I.II. MEDIEVAL STUDIES AND NATIONAL QUESTION (ON INDEFINITE DEFINITIONS)
The key problem of modern scholarly discussion on the «national question» is that of proportion between the subjective and the objective. With respect to history there is a great variety of opinions: somebody consider ethnicity as an everlasting parameter, or speaks about nations referring even to the X–XI centuries; others call these communities «imaginary» and affirm that the national membership is the matter of free choice.
To resolve this problem in the end we need to decide what is for us the meaning of the concepts of «nation», «ethnic identity», «people» and similar. But still above understanding of the meaning of words is the more important question: in which way ethnic understanding of oneself and of others (identification and self-identification) influenced the human behavior, how much ethnic membership determined the human history?
Historically the people always in one or another way conceived their belonging to land and to their kin, and these bounds to some extent were entangled with the others: faith, citizenship (or political rights), estate or professional membership. With the development of social institutions corresponding identities entered into competition with biological ones, and cultural resources (language, history, education) became increasingly more ponderable from the point of view of ethnical identification.
In medieval Europe the concepts of «nation» and «people» had very large spectrum of meaning, sometimes not ethnic at all. From the point of view of collective identity the faith was more important.

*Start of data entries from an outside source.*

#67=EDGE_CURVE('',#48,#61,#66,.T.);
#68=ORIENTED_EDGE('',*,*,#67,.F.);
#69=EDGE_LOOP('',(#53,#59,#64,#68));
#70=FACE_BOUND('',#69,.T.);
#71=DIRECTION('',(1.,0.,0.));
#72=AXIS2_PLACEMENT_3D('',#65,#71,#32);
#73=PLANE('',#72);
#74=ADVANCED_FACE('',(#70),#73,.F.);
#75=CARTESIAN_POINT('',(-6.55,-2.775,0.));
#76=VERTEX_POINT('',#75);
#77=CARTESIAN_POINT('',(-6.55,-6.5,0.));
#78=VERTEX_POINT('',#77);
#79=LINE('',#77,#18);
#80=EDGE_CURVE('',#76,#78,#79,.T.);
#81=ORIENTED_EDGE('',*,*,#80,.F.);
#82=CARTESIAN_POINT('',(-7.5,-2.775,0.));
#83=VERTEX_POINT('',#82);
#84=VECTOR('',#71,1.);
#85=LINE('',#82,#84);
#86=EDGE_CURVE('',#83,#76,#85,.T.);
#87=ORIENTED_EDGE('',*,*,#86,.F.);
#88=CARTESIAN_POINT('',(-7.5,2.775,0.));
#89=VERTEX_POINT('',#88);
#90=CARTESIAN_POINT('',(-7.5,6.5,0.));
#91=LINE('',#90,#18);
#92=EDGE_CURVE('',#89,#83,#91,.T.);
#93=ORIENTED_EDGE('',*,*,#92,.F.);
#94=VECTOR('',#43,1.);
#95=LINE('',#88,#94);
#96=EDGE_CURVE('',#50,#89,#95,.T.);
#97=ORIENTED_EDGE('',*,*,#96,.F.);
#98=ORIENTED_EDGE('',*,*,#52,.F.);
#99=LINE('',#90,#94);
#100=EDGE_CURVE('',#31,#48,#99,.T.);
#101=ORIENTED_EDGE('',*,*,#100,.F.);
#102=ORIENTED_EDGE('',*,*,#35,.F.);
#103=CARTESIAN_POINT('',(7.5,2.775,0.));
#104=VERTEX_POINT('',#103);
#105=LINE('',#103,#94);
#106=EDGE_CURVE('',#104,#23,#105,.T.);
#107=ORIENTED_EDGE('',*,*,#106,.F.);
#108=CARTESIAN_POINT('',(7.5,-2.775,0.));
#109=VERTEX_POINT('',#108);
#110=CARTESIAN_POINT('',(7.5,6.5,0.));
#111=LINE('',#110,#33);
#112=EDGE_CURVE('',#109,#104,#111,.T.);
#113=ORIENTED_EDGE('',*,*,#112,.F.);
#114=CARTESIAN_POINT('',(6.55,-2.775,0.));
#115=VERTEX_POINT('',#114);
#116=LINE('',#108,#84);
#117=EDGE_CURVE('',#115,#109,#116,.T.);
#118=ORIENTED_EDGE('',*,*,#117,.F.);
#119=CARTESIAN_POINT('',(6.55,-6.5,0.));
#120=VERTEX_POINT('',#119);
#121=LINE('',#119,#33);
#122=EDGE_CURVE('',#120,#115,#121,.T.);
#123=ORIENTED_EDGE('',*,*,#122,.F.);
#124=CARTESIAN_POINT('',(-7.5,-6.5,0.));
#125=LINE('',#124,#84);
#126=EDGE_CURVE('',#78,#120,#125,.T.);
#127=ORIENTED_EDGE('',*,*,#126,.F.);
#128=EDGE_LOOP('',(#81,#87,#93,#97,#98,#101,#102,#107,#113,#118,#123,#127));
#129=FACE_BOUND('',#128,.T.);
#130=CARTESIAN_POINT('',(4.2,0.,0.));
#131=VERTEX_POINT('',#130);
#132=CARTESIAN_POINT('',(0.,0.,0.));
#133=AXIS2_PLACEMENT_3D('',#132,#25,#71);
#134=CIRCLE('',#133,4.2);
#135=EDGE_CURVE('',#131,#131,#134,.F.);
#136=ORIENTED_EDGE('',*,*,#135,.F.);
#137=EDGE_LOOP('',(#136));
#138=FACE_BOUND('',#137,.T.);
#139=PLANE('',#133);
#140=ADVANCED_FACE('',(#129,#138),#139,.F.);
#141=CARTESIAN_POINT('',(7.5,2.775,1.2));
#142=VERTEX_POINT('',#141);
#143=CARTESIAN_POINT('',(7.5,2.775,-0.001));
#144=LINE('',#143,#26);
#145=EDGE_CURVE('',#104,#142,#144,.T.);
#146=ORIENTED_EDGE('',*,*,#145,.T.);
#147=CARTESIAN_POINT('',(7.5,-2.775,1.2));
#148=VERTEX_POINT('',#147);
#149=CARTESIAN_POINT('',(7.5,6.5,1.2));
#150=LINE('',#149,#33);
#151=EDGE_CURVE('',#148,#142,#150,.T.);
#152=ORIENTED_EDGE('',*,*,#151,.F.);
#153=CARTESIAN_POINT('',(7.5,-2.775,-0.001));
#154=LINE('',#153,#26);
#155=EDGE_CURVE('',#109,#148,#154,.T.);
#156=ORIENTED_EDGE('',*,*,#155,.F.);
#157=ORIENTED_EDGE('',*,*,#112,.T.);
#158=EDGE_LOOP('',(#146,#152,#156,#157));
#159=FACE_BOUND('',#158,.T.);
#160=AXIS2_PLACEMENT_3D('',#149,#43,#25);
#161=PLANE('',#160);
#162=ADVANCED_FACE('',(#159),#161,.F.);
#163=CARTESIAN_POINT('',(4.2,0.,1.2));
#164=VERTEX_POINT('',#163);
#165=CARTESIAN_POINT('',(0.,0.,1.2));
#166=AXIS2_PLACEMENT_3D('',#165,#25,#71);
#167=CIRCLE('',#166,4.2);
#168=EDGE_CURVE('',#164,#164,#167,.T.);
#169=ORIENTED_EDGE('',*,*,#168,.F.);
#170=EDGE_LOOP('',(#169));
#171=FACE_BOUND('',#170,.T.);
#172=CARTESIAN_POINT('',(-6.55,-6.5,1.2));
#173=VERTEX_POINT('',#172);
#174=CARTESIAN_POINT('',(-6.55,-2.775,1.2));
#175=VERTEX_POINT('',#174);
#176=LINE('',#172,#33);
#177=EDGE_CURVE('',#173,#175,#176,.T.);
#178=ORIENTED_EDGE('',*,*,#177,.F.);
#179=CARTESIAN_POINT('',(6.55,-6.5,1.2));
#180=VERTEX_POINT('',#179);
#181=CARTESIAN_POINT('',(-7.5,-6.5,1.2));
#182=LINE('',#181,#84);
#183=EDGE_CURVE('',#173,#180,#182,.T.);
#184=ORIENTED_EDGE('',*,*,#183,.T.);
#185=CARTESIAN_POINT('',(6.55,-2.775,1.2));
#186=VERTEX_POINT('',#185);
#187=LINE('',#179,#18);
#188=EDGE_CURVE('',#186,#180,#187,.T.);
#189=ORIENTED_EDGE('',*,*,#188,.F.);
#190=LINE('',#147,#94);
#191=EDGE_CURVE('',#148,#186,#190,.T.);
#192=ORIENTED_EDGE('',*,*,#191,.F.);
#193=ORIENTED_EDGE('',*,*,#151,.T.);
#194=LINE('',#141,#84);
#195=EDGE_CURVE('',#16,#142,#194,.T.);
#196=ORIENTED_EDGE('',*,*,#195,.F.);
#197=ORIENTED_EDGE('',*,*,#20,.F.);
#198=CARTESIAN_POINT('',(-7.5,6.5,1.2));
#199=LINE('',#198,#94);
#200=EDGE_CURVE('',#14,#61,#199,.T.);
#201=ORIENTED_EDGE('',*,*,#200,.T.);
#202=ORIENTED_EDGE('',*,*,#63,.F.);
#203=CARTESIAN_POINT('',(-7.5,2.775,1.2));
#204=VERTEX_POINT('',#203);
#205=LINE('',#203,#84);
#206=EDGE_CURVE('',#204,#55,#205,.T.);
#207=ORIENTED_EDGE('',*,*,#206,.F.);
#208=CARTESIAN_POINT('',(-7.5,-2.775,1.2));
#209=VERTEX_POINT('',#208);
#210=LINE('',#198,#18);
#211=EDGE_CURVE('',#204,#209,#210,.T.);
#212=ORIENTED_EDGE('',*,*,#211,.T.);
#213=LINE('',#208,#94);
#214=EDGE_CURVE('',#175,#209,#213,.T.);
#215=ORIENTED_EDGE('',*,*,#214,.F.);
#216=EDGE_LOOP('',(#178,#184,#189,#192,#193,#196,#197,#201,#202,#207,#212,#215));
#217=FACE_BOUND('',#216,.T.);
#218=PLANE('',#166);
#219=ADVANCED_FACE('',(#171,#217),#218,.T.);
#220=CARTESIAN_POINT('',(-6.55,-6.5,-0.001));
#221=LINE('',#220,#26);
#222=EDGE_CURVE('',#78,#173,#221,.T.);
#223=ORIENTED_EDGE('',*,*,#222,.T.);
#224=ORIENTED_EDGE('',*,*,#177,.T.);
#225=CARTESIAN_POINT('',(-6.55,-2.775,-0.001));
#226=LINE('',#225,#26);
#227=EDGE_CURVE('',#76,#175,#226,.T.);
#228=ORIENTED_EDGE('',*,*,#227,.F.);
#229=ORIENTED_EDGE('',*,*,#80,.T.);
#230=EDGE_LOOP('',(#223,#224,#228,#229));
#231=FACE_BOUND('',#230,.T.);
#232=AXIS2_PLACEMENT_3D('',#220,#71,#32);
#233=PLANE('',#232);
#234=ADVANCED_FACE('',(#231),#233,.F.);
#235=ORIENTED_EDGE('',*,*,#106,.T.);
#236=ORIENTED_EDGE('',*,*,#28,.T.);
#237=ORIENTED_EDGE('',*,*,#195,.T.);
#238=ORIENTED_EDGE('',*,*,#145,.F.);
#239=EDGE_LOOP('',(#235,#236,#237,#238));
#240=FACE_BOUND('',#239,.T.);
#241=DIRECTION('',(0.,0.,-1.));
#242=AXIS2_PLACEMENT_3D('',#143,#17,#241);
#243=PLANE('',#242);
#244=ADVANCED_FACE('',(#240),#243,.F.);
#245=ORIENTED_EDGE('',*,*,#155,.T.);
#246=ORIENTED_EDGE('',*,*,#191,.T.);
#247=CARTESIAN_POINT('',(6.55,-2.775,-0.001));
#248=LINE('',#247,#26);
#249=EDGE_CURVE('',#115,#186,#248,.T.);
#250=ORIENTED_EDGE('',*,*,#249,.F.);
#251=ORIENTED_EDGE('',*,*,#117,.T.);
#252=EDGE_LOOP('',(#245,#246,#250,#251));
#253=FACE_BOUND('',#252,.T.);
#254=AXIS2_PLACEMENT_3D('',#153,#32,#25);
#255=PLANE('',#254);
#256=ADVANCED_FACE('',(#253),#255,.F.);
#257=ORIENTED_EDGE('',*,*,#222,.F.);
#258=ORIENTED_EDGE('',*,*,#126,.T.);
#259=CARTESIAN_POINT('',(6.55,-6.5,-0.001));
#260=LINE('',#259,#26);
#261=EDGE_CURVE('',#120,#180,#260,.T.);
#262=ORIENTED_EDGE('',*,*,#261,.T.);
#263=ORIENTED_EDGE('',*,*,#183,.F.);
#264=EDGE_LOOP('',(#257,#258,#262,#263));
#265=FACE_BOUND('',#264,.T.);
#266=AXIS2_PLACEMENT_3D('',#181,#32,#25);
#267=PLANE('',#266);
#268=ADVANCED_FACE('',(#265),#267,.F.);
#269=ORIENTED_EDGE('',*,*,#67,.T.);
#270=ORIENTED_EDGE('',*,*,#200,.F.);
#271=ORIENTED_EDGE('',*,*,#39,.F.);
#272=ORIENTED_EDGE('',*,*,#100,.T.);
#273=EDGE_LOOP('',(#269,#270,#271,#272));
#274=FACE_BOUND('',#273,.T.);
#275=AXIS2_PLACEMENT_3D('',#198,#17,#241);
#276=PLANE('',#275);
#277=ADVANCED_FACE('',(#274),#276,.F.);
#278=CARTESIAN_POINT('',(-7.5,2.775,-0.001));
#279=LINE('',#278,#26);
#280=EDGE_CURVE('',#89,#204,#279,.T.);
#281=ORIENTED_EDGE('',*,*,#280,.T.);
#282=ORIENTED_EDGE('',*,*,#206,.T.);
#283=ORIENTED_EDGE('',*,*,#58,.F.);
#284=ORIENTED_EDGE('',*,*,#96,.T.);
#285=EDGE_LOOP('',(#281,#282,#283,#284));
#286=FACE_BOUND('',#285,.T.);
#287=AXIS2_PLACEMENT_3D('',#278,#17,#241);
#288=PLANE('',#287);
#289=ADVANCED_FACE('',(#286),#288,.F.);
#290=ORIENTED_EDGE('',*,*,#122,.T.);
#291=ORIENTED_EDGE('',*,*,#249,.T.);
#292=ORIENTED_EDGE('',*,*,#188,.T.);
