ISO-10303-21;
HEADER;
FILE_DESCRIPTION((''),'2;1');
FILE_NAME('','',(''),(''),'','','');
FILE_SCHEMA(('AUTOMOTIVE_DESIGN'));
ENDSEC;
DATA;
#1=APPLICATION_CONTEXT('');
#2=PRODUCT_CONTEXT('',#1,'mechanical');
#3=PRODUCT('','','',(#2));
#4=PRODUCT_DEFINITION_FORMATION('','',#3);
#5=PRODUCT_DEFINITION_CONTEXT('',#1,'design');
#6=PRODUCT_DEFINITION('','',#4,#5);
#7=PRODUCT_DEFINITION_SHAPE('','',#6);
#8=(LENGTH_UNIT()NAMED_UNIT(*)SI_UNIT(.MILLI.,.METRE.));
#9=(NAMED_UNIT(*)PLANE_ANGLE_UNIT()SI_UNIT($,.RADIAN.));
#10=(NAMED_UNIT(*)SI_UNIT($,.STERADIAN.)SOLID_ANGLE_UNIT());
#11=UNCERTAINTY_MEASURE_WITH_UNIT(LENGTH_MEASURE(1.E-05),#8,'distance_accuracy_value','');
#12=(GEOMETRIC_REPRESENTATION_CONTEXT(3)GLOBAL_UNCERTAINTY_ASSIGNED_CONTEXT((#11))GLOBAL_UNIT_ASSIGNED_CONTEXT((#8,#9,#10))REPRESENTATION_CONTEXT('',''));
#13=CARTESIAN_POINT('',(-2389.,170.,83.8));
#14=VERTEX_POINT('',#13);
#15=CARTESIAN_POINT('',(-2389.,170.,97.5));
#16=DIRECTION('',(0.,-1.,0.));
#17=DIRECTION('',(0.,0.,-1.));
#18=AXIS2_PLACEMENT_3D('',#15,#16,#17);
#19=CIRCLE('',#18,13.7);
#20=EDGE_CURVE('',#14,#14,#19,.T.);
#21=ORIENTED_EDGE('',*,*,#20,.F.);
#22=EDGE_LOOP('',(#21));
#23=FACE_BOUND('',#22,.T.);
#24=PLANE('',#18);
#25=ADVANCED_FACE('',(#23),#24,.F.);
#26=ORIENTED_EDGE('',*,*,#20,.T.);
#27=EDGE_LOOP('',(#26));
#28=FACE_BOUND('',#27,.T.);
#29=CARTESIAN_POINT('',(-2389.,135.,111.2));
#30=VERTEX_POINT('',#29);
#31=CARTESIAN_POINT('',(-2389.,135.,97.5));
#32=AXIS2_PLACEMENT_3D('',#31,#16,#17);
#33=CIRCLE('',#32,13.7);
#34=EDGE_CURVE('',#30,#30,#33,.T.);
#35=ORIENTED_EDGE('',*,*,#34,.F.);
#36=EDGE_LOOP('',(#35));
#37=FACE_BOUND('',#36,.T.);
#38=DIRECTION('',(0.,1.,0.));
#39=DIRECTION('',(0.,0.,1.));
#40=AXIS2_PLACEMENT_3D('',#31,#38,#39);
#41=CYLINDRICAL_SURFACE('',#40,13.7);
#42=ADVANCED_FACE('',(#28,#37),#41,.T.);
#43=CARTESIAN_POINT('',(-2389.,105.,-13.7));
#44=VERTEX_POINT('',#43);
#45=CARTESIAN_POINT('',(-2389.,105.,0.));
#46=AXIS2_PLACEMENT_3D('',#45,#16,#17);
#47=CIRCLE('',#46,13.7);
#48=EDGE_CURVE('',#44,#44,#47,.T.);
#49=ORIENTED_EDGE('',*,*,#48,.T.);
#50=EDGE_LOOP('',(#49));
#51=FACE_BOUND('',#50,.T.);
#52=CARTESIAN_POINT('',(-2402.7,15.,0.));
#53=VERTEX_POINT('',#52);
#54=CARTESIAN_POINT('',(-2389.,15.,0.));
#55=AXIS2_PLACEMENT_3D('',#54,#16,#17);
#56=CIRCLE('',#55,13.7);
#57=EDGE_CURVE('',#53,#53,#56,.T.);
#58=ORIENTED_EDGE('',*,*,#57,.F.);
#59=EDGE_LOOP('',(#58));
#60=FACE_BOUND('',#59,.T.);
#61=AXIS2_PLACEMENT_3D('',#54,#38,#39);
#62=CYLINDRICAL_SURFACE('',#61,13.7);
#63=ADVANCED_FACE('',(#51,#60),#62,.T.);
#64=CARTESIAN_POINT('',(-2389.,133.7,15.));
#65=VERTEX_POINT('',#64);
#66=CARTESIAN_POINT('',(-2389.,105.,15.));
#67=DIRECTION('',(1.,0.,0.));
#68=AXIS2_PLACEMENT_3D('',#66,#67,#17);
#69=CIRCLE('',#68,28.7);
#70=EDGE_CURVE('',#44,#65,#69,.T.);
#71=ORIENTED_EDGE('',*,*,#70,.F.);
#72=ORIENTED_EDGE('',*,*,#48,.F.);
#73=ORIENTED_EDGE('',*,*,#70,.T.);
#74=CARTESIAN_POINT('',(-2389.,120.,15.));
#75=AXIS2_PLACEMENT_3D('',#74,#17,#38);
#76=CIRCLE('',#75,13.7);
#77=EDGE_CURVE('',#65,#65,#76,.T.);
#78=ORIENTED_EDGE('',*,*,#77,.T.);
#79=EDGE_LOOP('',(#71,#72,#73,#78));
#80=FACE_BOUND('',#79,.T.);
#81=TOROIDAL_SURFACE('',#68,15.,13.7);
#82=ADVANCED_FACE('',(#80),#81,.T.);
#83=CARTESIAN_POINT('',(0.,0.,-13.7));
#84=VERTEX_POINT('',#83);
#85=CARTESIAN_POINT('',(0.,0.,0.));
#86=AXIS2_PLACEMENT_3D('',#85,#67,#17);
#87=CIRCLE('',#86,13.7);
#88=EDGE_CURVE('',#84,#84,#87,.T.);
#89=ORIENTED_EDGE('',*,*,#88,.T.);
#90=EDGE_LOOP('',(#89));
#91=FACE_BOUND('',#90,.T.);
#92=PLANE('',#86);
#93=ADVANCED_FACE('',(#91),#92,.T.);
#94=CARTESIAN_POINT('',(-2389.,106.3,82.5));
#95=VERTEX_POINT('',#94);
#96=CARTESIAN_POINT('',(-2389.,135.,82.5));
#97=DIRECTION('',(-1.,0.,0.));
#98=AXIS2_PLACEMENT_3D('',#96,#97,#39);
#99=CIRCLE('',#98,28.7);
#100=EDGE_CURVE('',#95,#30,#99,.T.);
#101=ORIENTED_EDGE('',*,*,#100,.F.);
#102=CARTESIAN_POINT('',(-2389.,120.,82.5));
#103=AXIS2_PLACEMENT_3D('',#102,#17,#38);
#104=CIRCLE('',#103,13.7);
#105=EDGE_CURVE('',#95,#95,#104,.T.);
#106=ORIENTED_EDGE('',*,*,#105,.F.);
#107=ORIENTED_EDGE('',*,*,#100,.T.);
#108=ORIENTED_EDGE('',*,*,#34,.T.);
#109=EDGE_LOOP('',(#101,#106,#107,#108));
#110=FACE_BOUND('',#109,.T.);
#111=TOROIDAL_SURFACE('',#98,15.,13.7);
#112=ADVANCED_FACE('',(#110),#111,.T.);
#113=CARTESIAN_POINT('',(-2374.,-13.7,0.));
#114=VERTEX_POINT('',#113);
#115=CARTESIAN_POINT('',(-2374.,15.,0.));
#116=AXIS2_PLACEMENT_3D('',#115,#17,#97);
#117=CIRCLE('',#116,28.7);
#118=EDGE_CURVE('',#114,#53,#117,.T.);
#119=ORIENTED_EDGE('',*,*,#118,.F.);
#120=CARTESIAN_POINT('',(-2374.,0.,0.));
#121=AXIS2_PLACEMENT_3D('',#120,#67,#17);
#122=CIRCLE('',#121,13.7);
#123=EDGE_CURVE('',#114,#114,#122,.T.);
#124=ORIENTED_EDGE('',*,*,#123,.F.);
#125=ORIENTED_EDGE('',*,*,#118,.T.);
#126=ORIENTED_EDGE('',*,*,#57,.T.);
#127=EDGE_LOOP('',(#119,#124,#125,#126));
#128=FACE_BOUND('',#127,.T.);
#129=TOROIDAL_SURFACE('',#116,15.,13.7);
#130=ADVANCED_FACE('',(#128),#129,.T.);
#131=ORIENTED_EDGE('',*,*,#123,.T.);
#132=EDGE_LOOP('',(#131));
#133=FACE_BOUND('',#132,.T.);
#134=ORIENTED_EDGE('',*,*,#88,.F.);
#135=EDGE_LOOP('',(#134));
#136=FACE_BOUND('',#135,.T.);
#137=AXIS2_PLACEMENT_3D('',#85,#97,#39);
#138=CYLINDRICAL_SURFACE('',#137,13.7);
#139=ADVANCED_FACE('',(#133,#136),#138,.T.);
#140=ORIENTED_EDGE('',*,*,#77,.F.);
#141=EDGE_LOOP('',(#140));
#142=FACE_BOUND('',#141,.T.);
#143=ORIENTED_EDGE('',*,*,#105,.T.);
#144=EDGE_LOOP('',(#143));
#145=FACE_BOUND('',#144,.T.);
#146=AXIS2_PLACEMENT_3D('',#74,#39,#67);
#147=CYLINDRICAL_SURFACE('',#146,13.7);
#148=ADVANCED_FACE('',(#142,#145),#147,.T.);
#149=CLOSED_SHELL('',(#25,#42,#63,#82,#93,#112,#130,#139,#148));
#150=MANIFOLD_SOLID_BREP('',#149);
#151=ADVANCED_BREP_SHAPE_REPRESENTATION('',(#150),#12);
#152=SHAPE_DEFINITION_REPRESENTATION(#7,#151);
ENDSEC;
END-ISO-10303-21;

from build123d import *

# Parameters (mm, degrees)
CROQUIS1_R = 13.7


with BuildPart() as part:
    # Barrer1: sweep along a curve in space
    with BuildLine() as barrer1_path:
        Line((0, 0, 0), (-2374, 0, 0))
        ThreePointArc((-2374, 0, 0), (-2384.606601718, 4.393398282, 0), (-2389, 15, 0))
        Line((-2389, 15, 0), (-2389, 105, 0))
        ThreePointArc((-2389, 105, 0), (-2389, 115.606601718, 4.393398282), (-2389, 120, 15))
        Line((-2389, 120, 15), (-2389, 120, 82.5))
        ThreePointArc((-2389, 120, 82.5), (-2389, 124.393398282, 93.106601718), (-2389, 135, 97.5))
        Line((-2389, 135, 97.5), (-2389, 170, 97.5))
    # Croquis1 → Barrer1 (sweep)
    with BuildSketch(Plane(origin=(0, 0, 0), x_dir=(0, 0, -1), z_dir=(1, 0, 0))):
        Circle(CROQUIS1_R)
    sweep(path=barrer1_path.line)


solid = part.part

The idea of nation («people») as the chief collective subject of the history was shaped only towards the end of Middle Ages, when the feeling of confessional community somewhat weakened and in general the static predefinition was being washed out by the dynamic model of development. Today the idea of the unity of human culture is «politically correct», but politico-biological views on the substance of nations fully maintain their significance on the level of ideologies and mass consciousness.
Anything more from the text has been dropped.